▸ Work required:
Extract from the entries below, exactly as given, only the lines from the line containing "f 105 106 136" to the line containing "f 132 158 157", both lines included.

▸ Raw data:
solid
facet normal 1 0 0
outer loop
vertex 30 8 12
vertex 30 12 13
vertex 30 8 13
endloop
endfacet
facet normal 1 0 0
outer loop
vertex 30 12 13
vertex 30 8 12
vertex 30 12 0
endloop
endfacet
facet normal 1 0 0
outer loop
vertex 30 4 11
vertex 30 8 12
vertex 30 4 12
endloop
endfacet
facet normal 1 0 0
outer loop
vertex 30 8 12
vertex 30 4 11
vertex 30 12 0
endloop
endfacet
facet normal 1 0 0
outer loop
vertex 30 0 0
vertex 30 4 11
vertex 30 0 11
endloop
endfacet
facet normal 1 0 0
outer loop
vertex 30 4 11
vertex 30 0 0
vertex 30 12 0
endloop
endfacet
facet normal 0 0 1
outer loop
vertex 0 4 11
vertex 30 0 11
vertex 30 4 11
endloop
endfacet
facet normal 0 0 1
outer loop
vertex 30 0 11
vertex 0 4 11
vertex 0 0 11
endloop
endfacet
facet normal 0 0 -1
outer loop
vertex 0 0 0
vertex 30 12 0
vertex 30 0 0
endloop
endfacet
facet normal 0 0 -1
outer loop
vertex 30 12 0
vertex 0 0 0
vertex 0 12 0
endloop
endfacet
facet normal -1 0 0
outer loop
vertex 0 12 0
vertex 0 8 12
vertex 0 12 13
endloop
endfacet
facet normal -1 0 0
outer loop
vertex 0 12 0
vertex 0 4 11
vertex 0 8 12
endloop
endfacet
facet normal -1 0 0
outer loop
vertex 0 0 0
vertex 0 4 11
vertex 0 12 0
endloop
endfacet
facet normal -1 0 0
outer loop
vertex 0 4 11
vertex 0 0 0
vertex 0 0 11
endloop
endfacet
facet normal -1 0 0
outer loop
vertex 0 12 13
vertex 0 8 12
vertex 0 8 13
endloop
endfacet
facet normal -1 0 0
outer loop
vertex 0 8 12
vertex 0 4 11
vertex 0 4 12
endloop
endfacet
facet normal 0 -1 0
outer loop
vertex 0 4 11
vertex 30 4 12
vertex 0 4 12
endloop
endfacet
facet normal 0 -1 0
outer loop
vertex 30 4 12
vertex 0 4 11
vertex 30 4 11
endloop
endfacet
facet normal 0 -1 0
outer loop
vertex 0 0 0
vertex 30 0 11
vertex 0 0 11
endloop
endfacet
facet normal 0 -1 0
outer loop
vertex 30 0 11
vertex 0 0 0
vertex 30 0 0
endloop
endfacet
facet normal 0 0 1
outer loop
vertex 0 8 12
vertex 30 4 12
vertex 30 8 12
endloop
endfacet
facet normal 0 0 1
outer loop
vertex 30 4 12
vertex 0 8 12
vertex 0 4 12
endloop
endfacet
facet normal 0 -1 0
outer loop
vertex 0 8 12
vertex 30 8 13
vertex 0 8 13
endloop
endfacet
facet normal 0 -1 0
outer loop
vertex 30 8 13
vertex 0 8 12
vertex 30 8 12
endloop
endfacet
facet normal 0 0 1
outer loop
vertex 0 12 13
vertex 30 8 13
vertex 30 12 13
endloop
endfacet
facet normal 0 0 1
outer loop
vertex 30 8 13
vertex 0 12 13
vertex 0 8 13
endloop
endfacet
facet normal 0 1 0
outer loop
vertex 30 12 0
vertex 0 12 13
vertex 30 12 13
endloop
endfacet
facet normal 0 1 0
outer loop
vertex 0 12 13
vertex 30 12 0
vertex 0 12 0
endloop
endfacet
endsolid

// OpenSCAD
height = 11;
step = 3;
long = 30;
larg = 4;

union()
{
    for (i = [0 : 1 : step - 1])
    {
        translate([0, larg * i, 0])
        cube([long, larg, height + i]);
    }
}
...
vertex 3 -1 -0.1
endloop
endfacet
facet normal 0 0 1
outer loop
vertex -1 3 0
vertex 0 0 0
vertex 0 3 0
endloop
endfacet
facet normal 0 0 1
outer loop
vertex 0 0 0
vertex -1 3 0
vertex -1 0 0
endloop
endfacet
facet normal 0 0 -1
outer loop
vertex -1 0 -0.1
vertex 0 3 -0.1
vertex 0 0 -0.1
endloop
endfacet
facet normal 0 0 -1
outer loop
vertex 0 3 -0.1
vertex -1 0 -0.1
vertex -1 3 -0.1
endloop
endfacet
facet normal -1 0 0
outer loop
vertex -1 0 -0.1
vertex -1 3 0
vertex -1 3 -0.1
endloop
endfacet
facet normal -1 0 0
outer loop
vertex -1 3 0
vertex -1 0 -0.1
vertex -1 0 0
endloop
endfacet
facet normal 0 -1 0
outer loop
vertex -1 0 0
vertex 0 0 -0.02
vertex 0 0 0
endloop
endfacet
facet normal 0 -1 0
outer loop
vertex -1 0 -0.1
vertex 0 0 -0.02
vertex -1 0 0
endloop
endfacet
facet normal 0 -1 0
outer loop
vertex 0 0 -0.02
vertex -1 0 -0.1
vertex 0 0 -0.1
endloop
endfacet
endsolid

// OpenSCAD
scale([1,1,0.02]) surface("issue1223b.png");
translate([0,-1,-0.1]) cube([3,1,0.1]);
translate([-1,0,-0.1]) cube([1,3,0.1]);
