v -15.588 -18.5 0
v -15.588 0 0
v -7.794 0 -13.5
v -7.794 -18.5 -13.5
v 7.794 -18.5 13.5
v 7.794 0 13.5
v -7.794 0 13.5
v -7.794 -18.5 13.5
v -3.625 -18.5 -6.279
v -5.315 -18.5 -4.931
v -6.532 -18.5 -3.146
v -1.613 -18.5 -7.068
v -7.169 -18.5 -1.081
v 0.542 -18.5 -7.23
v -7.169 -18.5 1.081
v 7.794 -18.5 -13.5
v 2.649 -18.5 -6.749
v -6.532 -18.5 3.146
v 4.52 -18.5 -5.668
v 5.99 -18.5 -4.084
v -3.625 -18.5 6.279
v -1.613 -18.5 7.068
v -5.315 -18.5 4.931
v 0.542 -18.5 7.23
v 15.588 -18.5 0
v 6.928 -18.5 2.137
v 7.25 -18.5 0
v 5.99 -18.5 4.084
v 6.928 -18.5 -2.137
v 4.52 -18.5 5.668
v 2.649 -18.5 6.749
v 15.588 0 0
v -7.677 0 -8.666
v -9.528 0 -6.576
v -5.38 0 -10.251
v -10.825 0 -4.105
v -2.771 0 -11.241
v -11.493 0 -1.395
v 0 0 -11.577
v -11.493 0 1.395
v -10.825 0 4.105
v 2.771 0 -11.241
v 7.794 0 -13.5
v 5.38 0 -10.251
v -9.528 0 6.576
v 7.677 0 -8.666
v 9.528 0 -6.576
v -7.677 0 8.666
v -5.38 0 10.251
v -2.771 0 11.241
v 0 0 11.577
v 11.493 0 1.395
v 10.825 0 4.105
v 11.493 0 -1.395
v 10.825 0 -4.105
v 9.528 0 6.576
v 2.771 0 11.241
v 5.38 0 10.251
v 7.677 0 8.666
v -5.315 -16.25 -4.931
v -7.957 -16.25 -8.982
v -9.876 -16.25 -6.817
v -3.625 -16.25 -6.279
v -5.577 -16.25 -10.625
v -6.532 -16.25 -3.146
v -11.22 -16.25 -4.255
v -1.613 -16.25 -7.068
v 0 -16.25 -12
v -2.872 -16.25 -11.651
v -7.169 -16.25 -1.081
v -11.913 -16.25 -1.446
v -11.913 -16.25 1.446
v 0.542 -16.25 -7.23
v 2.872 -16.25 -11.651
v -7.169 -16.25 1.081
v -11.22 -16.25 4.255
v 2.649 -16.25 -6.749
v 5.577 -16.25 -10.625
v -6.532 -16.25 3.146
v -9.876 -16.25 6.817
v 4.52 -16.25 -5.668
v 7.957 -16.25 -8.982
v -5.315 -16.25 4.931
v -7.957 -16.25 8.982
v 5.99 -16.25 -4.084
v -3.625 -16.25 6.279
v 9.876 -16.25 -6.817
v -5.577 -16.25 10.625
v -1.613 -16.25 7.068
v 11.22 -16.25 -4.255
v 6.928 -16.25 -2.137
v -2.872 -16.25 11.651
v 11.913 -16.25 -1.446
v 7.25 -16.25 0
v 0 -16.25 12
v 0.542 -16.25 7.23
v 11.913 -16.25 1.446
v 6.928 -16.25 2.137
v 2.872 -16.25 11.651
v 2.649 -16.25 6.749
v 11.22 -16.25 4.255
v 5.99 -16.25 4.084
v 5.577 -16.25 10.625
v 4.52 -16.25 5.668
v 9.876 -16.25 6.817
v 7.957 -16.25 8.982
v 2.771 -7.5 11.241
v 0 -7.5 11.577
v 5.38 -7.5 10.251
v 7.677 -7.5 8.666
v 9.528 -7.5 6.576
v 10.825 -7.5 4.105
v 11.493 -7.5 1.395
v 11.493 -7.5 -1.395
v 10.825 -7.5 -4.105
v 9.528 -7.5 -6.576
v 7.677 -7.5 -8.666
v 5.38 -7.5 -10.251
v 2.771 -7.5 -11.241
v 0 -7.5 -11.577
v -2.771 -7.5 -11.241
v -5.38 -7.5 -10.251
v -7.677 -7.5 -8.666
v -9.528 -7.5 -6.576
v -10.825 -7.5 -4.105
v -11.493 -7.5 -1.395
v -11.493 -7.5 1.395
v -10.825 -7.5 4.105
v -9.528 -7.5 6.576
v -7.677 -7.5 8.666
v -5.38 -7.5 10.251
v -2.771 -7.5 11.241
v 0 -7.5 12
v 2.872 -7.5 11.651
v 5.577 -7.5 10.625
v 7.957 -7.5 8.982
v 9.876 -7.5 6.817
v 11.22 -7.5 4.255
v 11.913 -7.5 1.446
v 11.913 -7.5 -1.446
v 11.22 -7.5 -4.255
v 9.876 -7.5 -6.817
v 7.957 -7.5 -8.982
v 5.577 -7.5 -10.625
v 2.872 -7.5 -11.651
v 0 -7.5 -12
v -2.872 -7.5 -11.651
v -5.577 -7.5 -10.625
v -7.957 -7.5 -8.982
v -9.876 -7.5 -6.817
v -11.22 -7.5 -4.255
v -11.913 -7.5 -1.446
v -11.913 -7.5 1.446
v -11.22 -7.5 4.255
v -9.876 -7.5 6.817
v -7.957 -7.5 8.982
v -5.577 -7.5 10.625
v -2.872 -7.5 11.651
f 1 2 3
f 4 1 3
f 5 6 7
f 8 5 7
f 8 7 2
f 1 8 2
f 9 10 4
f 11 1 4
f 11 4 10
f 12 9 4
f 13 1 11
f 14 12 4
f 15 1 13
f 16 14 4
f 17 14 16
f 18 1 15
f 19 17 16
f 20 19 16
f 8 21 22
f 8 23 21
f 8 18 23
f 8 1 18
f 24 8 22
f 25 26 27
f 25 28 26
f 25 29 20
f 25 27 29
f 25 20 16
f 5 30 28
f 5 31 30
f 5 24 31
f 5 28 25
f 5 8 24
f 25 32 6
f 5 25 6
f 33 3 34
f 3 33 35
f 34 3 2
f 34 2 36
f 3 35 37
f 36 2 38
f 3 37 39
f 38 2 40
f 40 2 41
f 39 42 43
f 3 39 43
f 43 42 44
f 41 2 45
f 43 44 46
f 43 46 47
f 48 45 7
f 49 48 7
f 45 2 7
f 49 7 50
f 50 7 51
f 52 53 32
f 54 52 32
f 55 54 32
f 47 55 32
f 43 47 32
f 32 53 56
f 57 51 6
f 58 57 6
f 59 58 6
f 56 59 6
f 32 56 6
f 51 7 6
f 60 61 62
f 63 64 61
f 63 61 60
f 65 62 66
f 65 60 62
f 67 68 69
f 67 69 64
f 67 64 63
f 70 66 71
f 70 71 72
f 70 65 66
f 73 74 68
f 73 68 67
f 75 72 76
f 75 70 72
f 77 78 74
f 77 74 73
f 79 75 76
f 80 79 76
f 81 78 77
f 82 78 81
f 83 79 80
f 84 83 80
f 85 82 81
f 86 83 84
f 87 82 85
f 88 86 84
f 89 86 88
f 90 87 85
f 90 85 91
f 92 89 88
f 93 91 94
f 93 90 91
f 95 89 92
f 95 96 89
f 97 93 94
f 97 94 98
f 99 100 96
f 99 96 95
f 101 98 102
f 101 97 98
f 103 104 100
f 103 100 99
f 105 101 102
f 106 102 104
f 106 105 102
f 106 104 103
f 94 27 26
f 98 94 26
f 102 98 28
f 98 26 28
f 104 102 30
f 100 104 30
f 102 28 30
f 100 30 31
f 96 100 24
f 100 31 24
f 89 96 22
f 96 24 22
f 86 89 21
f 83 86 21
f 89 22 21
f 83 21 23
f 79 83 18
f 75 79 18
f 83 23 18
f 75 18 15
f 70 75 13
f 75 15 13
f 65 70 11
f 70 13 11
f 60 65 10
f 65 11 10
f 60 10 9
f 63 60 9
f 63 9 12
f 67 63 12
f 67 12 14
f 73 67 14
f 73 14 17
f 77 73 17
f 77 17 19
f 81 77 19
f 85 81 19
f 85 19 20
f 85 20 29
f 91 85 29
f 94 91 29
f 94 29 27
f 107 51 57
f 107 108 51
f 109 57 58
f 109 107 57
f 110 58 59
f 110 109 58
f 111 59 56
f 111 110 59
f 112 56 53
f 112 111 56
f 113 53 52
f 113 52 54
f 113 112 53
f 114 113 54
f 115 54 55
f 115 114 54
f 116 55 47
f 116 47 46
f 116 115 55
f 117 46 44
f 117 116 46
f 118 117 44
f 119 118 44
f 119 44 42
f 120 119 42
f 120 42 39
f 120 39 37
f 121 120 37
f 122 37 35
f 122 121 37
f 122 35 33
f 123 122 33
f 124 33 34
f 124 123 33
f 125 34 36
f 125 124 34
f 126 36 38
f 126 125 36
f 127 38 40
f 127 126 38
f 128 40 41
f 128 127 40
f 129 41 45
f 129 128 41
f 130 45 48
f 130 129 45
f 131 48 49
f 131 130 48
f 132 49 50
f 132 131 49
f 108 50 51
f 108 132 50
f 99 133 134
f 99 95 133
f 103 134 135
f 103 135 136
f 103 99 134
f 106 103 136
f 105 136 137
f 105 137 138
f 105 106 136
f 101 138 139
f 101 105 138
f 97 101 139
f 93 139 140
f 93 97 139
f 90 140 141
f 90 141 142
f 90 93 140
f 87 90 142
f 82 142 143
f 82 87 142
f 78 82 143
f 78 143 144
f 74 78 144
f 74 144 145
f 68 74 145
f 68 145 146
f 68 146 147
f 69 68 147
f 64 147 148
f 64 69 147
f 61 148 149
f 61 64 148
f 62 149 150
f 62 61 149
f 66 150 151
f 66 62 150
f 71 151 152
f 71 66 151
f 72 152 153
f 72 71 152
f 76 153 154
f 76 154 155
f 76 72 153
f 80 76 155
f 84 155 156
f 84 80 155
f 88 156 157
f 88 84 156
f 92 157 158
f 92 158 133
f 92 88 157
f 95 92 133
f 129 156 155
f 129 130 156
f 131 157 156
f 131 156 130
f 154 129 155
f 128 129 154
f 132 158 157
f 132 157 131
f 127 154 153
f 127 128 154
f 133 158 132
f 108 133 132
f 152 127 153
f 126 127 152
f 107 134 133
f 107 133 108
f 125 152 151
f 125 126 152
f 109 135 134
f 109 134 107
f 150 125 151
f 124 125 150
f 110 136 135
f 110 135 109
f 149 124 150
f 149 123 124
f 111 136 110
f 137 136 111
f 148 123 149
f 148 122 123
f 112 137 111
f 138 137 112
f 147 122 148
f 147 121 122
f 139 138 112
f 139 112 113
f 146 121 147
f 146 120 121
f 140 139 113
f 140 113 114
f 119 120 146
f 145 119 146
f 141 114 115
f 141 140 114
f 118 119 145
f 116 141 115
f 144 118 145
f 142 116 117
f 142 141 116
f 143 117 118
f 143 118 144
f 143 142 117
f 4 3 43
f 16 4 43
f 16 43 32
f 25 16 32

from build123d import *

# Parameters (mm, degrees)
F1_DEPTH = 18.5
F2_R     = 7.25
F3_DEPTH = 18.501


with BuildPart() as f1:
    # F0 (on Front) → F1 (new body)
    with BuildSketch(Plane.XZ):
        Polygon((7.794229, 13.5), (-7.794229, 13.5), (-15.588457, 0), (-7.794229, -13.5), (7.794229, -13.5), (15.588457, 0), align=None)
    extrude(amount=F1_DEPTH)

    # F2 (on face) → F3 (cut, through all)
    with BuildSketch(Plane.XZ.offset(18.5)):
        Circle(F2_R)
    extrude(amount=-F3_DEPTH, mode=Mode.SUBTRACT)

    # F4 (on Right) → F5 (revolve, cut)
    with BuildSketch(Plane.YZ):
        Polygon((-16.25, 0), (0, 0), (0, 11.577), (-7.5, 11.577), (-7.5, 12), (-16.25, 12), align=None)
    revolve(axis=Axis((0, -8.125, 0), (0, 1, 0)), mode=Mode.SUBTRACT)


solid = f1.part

▸ Problem solution:
f 105 106 136
f 101 138 139
f 101 105 138
f 97 101 139
f 93 139 140
f 93 97 139
f 90 140 141
f 90 141 142
f 90 93 140
f 87 90 142
f 82 142 143
f 82 87 142
f 78 82 143
f 78 143 144
f 74 78 144
f 74 144 145
f 68 74 145
f 68 145 146
f 68 146 147
f 69 68 147
f 64 147 148
f 64 69 147
f 61 148 149
f 61 64 148
f 62 149 150
f 62 61 149
f 66 150 151
f 66 62 150
f 71 151 152
f 71 66 151
f 72 152 153
f 72 71 152
f 76 153 154
f 76 154 155
f 76 72 153
f 80 76 155
f 84 155 156
f 84 80 155
f 88 156 157
f 88 84 156
f 92 157 158
f 92 158 133
f 92 88 157
f 95 92 133
f 129 156 155
f 129 130 156
f 131 157 156
f 131 156 130
f 154 129 155
f 128 129 154
f 132 158 157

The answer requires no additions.